When companies fail to proactively and consistently tell their story, they leave a void. And the danger then is that their critics and dissenting voices may fill that void, taking control of and determining the prevailing narrative. This is particularly true when companies find themselves at the intersection of hot political topics, passionate patient advocacy groups, and families who’ve long-suffered with diseases that others struggle to understand or have little to no awareness of. Understanding stakeholder awareness and expectations of your company and its products – what information people already have when they intersect with your story – helps you regain control and influence outcomes.

Condition the market for launch of a specific treatment 

While the PDUFA date is typically the central milestone in launch timelines, it can’t be the first or last time critical stakeholders are hearing from your organization. Much work can and should be done ahead of when you are allowed to communicate about the treatment. Having a robust plan for unbranded communications is critical to the success of a branded launch.

Launching public-facing campaigns pre-PDUFA to raise disease awareness and build anticipation for new therapies is an opportunity to start a meaningful conversation with patients and KOLs, as well as stakeholders that may be outside of your brand team’s radar, from Congressional offices, to health policy elites, and even general population segments like healthcare charity supporters. Building this equity early can help mitigate criticism and even strengthen your position as you head into conversations with payers knowing you have influential voices on your side willing to fight for formulary inclusion.
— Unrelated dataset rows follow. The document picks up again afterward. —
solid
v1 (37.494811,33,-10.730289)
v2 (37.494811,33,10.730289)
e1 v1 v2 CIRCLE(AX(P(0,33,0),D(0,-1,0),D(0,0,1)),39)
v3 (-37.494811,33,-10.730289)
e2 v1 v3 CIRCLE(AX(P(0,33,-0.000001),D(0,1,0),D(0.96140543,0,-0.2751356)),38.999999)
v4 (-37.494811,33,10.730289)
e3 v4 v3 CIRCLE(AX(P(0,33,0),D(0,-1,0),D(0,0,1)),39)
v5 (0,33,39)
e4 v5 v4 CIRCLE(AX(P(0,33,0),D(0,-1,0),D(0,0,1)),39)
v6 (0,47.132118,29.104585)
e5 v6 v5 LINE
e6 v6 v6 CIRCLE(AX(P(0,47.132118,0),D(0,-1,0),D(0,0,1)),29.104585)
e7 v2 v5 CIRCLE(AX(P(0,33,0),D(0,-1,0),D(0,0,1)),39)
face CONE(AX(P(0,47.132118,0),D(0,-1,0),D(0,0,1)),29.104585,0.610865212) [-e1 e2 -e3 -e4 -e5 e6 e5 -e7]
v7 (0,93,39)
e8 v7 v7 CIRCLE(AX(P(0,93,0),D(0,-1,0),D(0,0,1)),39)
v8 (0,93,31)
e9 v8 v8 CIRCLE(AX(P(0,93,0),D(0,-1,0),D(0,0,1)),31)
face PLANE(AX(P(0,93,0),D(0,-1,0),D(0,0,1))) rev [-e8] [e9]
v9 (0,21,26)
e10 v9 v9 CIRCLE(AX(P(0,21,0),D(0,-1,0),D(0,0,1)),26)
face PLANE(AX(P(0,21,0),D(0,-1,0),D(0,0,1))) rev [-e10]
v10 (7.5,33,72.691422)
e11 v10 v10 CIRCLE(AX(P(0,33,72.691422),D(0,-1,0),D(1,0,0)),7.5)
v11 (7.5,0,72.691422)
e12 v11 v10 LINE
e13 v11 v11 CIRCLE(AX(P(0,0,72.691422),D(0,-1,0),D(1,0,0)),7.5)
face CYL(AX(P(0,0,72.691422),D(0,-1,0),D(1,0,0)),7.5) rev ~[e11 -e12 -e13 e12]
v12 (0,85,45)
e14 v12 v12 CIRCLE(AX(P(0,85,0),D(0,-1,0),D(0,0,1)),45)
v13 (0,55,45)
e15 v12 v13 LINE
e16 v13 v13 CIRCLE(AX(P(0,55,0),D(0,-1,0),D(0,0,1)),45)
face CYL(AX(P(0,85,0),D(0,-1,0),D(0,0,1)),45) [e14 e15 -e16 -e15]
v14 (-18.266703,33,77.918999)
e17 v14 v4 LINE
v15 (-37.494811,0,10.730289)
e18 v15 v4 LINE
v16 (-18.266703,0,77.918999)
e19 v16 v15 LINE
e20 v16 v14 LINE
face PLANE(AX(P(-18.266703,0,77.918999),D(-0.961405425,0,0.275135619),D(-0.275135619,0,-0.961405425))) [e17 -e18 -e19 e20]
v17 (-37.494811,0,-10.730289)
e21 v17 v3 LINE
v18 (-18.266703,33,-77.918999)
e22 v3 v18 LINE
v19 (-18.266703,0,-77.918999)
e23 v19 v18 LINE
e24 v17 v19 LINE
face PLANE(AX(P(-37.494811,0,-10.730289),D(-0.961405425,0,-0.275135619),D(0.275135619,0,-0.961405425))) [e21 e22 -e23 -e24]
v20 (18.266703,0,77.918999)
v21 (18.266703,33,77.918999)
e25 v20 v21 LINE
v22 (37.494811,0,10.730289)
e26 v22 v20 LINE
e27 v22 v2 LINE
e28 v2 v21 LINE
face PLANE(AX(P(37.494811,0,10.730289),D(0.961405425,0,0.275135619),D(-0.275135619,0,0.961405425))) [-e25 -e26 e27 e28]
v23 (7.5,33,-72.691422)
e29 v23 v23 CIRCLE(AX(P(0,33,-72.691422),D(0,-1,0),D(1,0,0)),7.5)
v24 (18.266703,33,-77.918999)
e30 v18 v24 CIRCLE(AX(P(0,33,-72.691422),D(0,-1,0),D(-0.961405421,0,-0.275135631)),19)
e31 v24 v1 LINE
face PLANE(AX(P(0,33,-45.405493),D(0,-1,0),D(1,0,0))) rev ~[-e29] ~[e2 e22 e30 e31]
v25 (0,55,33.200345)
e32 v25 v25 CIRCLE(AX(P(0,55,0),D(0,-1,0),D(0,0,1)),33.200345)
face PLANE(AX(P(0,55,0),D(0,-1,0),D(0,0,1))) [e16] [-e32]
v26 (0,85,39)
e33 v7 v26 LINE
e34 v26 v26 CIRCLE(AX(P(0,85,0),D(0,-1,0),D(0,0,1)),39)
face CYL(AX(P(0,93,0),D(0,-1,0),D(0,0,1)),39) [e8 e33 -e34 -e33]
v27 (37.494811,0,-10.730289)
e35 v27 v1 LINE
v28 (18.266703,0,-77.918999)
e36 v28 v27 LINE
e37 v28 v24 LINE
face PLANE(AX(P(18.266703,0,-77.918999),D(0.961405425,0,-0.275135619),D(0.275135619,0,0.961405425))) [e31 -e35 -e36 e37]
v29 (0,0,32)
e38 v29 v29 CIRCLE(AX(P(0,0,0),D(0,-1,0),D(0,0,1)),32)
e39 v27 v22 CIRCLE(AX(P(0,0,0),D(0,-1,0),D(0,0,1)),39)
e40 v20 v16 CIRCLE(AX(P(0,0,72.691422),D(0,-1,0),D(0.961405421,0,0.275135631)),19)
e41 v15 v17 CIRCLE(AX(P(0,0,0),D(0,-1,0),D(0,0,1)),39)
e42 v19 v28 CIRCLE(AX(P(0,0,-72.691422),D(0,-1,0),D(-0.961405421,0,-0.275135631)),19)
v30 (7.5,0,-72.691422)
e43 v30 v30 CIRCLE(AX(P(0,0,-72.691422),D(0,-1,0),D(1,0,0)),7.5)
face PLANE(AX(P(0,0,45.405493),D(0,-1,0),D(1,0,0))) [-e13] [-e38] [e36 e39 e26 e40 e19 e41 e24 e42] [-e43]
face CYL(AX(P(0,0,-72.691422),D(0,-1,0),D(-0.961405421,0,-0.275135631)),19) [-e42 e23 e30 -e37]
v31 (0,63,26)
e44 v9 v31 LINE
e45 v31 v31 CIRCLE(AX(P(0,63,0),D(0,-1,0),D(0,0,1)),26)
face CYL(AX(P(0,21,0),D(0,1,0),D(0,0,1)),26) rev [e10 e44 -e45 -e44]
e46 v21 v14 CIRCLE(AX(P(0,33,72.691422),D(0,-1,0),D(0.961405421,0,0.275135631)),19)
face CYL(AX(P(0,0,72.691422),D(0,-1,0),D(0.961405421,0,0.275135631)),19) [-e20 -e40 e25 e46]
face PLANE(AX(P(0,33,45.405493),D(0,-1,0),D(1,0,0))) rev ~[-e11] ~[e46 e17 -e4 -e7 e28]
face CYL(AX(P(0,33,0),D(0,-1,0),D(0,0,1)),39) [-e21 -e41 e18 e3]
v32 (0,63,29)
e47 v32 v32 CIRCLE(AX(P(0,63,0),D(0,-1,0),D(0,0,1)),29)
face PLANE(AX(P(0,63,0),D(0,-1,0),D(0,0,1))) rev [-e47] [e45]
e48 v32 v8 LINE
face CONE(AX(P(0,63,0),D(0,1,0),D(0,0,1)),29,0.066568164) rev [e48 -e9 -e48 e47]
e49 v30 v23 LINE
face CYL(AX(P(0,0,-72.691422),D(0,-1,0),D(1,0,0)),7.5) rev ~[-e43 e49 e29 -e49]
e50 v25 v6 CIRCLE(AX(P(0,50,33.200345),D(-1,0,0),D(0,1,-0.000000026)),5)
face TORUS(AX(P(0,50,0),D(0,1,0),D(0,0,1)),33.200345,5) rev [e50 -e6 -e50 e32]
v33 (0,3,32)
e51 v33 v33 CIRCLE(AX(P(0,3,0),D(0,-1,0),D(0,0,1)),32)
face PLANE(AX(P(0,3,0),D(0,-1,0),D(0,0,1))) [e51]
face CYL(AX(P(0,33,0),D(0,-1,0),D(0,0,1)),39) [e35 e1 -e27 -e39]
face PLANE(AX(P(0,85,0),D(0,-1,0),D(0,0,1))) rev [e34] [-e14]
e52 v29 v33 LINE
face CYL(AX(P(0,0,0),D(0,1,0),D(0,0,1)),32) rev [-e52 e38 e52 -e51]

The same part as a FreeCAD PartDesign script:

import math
import FreeCAD as App
import Part
import Sketcher

V = App.Vector
Q = App.Units.Quantity

doc = App.newDocument("Part")
body = doc.addObject("PartDesign::Body", "Body")

sketch1 = body.newObject("Sketcher::SketchObject", "Sketch")
sketch1.AttachmentSupport = (doc.getObject("YZ_Plane"), [""])
sketch1.MapMode = "FlatFace"
sketch1.addGeometry([
    Part.LineSegment(V(3, 32, 0), V(3, 0, 0)),
    Part.LineSegment(V(3, 0, 0), V(21, 0, 0)),
    Part.LineSegment(V(21, 0, 0), V(21, 26, 0)),
    Part.LineSegment(V(21, 26, 0), V(63, 26, 0)),
    Part.LineSegment(V(63, 26, 0), V(63, 29, 0)),
    Part.LineSegment(V(63, 29, 0), V(93, 31, 0)),
    Part.LineSegment(V(93, 31, 0), V(93, 39, 0)),
    Part.LineSegment(V(93, 39, 0), V(85, 39, 0)),
    Part.LineSegment(V(85, 39, 0), V(85, 45, 0)),
    Part.LineSegment(V(85, 45, 0), V(55, 45, 0)),
    Part.LineSegment(V(55, 45, 0), V(55, 33.2, 0)),
    Part.ArcOfCircle(Part.Circle(V(50, 33.2, 0), V(0, 0, 1), 5), math.radians(-125), math.radians(0)),
    Part.LineSegment(V(47.1, 29.1, 0), V(33, 39, 0)),
    Part.LineSegment(V(33, 39, 0), V(0, 39, 0)),
    Part.LineSegment(V(0, 39, 0), V(0, 32, 0)),
    Part.LineSegment(V(0, 32, 0), V(3, 32, 0)),
], False)
sketch1.addConstraint([
    Sketcher.Constraint("Coincident", 0, 2, 1, 1),
    Sketcher.Constraint("Coincident", 1, 2, 2, 1),
    Sketcher.Constraint("Coincident", 2, 2, 3, 1),
    Sketcher.Constraint("Coincident", 3, 2, 4, 1),
    Sketcher.Constraint("Coincident", 4, 2, 5, 1),
    Sketcher.Constraint("Coincident", 5, 2, 6, 1),
    Sketcher.Constraint("Coincident", 6, 2, 7, 1),
    Sketcher.Constraint("Coincident", 7, 2, 8, 1),
    Sketcher.Constraint("Coincident", 8, 2, 9, 1),
    Sketcher.Constraint("Coincident", 9, 2, 10, 1),
    Sketcher.Constraint("Tangent", 10, 2, 11, 2),
    Sketcher.Constraint("Tangent", 11, 1, 12, 1),
    Sketcher.Constraint("Coincident", 12, 2, 13, 1),
    Sketcher.Constraint("Coincident", 13, 2, 14, 1),
    Sketcher.Constraint("Coincident", 14, 2, 15, 1),
    Sketcher.Constraint("Coincident", 15, 2, 0, 1),
    Sketcher.Constraint("Vertical", 0),
    Sketcher.Constraint("Horizontal", 1),
    Sketcher.Constraint("Vertical", 2),
    Sketcher.Constraint("Horizontal", 3),
    Sketcher.Constraint("Vertical", 4),
    Sketcher.Constraint("Vertical", 6),
    Sketcher.Constraint("Horizontal", 7),
    Sketcher.Constraint("Vertical", 8),
    Sketcher.Constraint("Horizontal", 9),
    Sketcher.Constraint("Vertical", 10),
    Sketcher.Constraint("Horizontal", 13),
    Sketcher.Constraint("Vertical", 14),
    Sketcher.Constraint("Horizontal", 15),
    Sketcher.Constraint("PointOnObject", 0, 2, -1),
    Sketcher.Constraint("PointOnObject", 13, 2, -2),
    Sketcher.Constraint("Horizontal", 7, 2, 12, 2),
    Sketcher.Constraint("Equal", 15, 4),
    Sketcher.Constraint("Equal", 7, 6),
    Sketcher.Constraint("Radius", 11, 5.0),
    Sketcher.Constraint("DistanceX", 1, 1, 1, 2, 18.0),
    Sketcher.Constraint("DistanceX", 3, 1, 3, 2, 42.0),
    Sketcher.Constraint("DistanceX", 7, 2, 7, 1, 8.0),
    Sketcher.Constraint("DistanceX", 9, 2, 9, 1, 30.0),
    Sketcher.Constraint("DistanceX", 13, 2, 13, 1, 33.0),
    Sketcher.Constraint("DistanceX", 15, 1, 15, 2, 3.0),
    Sketcher.Constraint("DistanceY", 0, 2, 0, 1, 32.0),
    Sketcher.Constraint("DistanceY", 2, 1, 2, 2, 26.0),
    Sketcher.Constraint("DistanceY", 8, 1, 8, 2, 6.0),
    Sketcher.Constraint("DistanceY", 14, 2, 14, 1, 7.0),
    Sketcher.Constraint("Angle", 12, Q("145.000002 deg")),
    Sketcher.Constraint("DistanceX", -1, 1, 11, 3, 50.0),
])
revolution = body.newObject("PartDesign::Revolution", "Revolution")
revolution.Profile = sketch1
revolution.ReferenceAxis = (sketch1, ["H_Axis"])
revolution.Angle = 360

sketch2 = body.newObject("Sketcher::SketchObject", "Sketch001")
sketch2.AttachmentSupport = (doc.getObject("XZ_Plane"), [""])
sketch2.MapMode = "FlatFace"
sketch2.addGeometry([
    Part.LineSegment(V(37, 11, 0), V(18, 78, 0)),
    Part.ArcOfCircle(Part.Circle(V(0, 73, 0), V(0, 0, 1), 19), math.radians(16), math.radians(164)),
    Part.LineSegment(V(-18, 78, 0), V(-37, 11, 0)),
    Part.ArcOfCircle(Part.Circle(V(0, 0, 0), V(0, 0, 1), 39), math.radians(16), math.radians(164)),
    Part.Circle(V(0, 73, 0), V(0, 0, 1), 8),
    Part.ArcOfCircle(Part.Circle(V(0, 0, 0), V(0, 0, 1), 39), math.radians(-164), math.radians(-16)),
    Part.LineSegment(V(-37, -11, 0), V(-18, -78, 0)),
    Part.ArcOfCircle(Part.Circle(V(0, -73, 0), V(0, 0, 1), 19), math.radians(-164), math.radians(-16)),
    Part.LineSegment(V(18, -78, 0), V(37, -11, 0)),
    Part.Circle(V(0, -73, 0), V(0, 0, 1), 8),
], False)
sketch2.addConstraint([
    Sketcher.Constraint("Tangent", 0, 2, 1, 1),
    Sketcher.Constraint("Tangent", 1, 2, 2, 1),
    Sketcher.Constraint("Tangent", 2, 2, 3, 2),
    Sketcher.Constraint("Tangent", 3, 1, 0, 1),
    Sketcher.Constraint("Tangent", 5, 1, 6, 1),
    Sketcher.Constraint("Tangent", 6, 2, 7, 1),
    Sketcher.Constraint("Tangent", 7, 2, 8, 1),
    Sketcher.Constraint("Tangent", 8, 2, 5, 2),
    Sketcher.Constraint("Coincident", 3, 3, -1, 1),
    Sketcher.Constraint("Coincident", 5, 3, -1, 1),
    Sketcher.Constraint("Coincident", 4, 3, 1, 3),
    Sketcher.Constraint("Coincident", 9, 3, 7, 3),
    Sketcher.Constraint("Equal", 3, 5),
    Sketcher.Constraint("Equal", 1, 7),
    Sketcher.Constraint("Equal", 4, 9),
    Sketcher.Constraint("Symmetric", 1, 3, 7, 3, -1, 1),
    Sketcher.Constraint("PointOnObject", 1, 3, -2),
    Sketcher.Constraint("Diameter", 4, 15.0),
    Sketcher.Constraint("Radius", 1, 19.0),
    Sketcher.Constraint("Radius", 3, 38.999999),
    Sketcher.Constraint("DistanceY", -1, 1, 0, 2, 77.918999),
])
pad1 = body.newObject("PartDesign::Pad", "Pad")
pad1.Profile = sketch2
pad1.Length = 33
pad1.Reversed = True

doc.recompute()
Pre-PDUFA efforts can also help to demonstrate why the company has permission to operate in the given disease space. Sharing company leadership in a specific therapy area, the related  innovation and R&D, and your commitment to patients, builds trust – equity you will need if payers, elected officials or media take issue with your pricing strategy. Further, investing in unbranded communications will help the market understand your commitment to launch success and ease analyst concerns about the risk of political challenges to pricing and reimbursement.

Plan for issue management post-launch

Even the best laid plans are rarely without critique. Today everyone around the world is holding a publishing tool in their hand – stories can start anywhere, with anyone. The most important thing is that you are prepared to react. Being able to engage and present a counter narrative quickly is essential and requires thoughtful, integrated and facilitated scenario planning. Executing, should those scenarios or unanticipated ones arise, requires rapid response protocols and threat assessment tools that ensure appropriate weight is given, decision-making is clear, and action is streamlined.

Attacks on price are direct and resonate, so launch strategies for high-priced treatments must be built on multiple grounds to protect reputation equity. Traditional launch team structures will fail. A change in approach is required to meet the change in expectations.

Crystal Benton is a managing director at Purple Strategies — a corporate reputation strategy firm — where she works closely with senior business, public affairs and communications leaders at Fortune 500 companies and associations. She has worked in politics and corporate strategy for nearly 20 years and has extensive experience leading integrated reputation and market conditioning campaigns.